First thing to know is, what is Asperger’s disease? Before you try to treat a sleep disorder, or associate it with having Asperger’s, make sure you know that the child experiencing sleep issues actually has Asperger’s disease.
This disease is a neurological condition belonging to autism spectrum disorders. Most common effects are those relating to motor skills. They will be uncoordinated, and will have difficulty doing things that comes natural to most children.
Such as jumping, running, climbing, and riding a bike. But it is important to recognize the difference between this condition, and what is considered to be autism. Although sometimes confused with autism, there is one key difference, and that is in communication skills.
Those diagnosed with autism usually have problems with both verbal and nonverbal communication. On the other hand, those with asperger’ disease actually achieve a high level of communication, and speak very well.
The problem is, they tend to be very narrowly focused on a singular subject. They will talk obsessively about their interest and little else. They will actually excel in the knowledge of the subject that is consuming them to the point of becoming an expert.
Unfortunately, anything someone else might want to talk about, takes a back seat to his or her interest. This makes it difficult for them to interact with others who would normally want to talk about a wider area of interests.

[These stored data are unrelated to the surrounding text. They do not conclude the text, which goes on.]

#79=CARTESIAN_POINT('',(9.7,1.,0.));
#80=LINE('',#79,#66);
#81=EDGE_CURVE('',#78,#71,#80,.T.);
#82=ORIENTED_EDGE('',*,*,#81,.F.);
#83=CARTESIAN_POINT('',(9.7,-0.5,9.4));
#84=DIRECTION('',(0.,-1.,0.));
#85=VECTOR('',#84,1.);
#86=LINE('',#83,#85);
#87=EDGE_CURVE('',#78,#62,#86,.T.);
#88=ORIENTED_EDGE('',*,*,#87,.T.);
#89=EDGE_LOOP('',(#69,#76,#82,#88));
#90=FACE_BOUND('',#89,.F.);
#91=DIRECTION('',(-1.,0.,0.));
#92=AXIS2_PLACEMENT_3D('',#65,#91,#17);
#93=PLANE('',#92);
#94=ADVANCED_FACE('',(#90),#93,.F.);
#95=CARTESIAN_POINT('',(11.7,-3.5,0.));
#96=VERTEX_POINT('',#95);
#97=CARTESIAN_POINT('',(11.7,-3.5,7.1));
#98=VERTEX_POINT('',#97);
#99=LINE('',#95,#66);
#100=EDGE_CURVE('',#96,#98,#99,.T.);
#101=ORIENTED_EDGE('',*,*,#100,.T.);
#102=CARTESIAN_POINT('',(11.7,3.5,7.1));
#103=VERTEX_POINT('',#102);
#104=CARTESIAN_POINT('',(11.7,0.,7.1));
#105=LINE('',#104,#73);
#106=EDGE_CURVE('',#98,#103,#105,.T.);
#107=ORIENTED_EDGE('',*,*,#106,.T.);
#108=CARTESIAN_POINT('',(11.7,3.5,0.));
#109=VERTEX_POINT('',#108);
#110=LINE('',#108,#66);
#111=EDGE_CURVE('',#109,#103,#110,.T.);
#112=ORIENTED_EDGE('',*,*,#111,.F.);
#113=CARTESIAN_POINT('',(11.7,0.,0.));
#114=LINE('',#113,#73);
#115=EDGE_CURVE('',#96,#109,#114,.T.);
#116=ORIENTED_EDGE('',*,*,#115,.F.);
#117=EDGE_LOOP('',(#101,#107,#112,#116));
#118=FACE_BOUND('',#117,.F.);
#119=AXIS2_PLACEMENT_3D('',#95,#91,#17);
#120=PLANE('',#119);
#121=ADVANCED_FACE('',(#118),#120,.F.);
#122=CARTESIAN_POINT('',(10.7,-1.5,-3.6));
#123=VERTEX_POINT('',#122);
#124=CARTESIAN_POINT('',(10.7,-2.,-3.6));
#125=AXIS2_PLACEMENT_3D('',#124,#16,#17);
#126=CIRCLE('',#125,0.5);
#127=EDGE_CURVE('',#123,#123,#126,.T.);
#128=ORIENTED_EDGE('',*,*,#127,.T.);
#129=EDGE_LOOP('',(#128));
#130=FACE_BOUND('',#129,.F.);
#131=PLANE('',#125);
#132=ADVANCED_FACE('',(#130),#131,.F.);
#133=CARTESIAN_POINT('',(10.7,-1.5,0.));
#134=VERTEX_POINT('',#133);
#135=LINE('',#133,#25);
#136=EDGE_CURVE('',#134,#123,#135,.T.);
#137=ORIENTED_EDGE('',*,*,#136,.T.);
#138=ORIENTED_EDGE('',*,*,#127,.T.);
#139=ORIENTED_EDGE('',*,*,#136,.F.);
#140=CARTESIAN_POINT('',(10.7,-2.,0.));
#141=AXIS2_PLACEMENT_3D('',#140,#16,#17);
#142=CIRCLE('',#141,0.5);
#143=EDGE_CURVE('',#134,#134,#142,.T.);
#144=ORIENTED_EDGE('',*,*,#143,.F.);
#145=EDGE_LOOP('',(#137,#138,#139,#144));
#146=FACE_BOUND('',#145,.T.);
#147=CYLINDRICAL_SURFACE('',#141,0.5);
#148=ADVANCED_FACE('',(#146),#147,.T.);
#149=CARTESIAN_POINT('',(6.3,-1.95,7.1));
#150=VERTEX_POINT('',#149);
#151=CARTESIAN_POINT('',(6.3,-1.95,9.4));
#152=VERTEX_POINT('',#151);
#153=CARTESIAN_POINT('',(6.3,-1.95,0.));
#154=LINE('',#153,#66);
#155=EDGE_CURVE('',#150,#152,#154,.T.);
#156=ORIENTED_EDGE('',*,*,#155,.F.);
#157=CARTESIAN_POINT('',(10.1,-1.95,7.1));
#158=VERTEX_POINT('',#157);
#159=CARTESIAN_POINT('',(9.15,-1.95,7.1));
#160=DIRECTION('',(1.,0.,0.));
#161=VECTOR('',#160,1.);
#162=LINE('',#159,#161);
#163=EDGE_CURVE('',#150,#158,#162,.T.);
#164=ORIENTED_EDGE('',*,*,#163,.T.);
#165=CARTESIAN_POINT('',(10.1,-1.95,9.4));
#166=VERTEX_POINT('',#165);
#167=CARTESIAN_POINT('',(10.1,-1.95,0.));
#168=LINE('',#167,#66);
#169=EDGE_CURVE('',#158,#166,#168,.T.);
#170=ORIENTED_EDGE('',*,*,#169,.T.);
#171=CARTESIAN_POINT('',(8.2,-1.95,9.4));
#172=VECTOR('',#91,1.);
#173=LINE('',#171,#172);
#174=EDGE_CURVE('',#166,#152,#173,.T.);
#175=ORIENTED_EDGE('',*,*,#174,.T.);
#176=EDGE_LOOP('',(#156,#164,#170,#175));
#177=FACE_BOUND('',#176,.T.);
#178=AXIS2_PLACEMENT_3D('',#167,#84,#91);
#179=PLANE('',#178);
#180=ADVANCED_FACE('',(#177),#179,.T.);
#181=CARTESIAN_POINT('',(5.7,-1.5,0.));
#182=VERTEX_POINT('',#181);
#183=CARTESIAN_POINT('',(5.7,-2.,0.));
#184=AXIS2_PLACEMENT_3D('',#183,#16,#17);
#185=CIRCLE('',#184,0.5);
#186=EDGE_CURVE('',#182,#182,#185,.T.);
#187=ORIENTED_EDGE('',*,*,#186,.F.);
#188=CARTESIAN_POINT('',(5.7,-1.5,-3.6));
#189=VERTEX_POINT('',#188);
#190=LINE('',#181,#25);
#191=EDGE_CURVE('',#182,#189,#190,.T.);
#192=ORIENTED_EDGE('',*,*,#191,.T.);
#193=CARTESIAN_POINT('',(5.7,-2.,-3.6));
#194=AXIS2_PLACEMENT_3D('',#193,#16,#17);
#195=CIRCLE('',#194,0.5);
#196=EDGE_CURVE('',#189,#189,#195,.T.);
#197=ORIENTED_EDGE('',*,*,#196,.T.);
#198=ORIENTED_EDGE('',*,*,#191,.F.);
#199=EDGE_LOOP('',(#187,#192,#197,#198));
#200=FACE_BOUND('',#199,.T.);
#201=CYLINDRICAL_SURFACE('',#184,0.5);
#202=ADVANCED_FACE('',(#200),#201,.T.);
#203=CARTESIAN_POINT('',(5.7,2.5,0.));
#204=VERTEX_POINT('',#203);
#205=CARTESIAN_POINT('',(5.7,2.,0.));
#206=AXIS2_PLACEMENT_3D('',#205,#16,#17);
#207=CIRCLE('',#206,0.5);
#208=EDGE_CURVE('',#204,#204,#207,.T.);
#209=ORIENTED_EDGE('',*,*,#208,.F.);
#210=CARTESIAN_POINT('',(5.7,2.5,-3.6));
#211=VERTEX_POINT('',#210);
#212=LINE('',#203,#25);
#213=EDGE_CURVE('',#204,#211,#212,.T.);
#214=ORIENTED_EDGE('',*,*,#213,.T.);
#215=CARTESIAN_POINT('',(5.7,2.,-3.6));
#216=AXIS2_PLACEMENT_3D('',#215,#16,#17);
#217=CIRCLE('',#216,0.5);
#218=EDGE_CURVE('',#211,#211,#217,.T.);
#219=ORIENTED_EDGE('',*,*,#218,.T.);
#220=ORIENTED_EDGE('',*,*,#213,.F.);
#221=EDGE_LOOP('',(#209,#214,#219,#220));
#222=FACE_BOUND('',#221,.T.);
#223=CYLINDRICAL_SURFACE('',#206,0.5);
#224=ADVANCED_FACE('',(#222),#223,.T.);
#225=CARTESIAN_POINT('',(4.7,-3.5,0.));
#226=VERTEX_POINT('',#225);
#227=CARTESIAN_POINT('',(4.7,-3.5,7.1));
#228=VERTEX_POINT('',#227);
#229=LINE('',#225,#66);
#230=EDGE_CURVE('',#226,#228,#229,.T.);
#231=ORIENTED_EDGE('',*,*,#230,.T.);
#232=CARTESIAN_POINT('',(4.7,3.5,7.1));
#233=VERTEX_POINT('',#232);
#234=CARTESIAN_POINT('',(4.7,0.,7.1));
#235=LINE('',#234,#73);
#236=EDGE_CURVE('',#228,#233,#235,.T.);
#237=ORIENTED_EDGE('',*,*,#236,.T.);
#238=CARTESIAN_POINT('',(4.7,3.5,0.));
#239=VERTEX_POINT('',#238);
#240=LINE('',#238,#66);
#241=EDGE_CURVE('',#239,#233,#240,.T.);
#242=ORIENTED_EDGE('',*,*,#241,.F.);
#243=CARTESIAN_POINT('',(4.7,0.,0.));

Some other symptoms to watch for are, limited social skills, problems expressing themselves in a nonverbal manner, routines they can’t break away from that they will continue to repeat, and problems relating to their peers.
There is a better than average chance that if a person has asperger’s disease they probably suffer from a sleep disorder, more commonly insomnia. Children with asperger’s disease usually have a problem with initiating sleep, and the continuity of sleep.
This is do-to the neuropsychiatric deficit that is inherent of asperger’s. Of course this will more than likely carry into adulthood. If the individual is loosing sleep, then other problems will start to arise.
Daytime fatigue, loss of appetite, and possible depression are a few of those problems. All of these things should be taken into consideration when planning a course of action that should include medical help.
There have been sleep studies done with adults that have asperger’s syndrome. In those cases, sleep diaries were used to document all sleep habits. Included were times the participants fell asleep, length of time they slept, how often the woke, naps during the day, along with what their eating, drinking, and smoking habits were.
In the end regardless of each persons own personal habits 18 out 20 people had insomnia. So there does appear to be a correlation between having asperger’s syndrome, and suffering from a sleep disorder.
Of course always speak with a medical professional before trying to treat anything on your own. In this case you have two disorders to treat. First you need to take care of the asperger’s disease, which could be causing the anxiety that leads to the insomnia.
You don’t want to start taking, or giving medication to someone for an issue that might lead to more problems down the road. Consult your doctor, get the best medical advice you can, and be safe.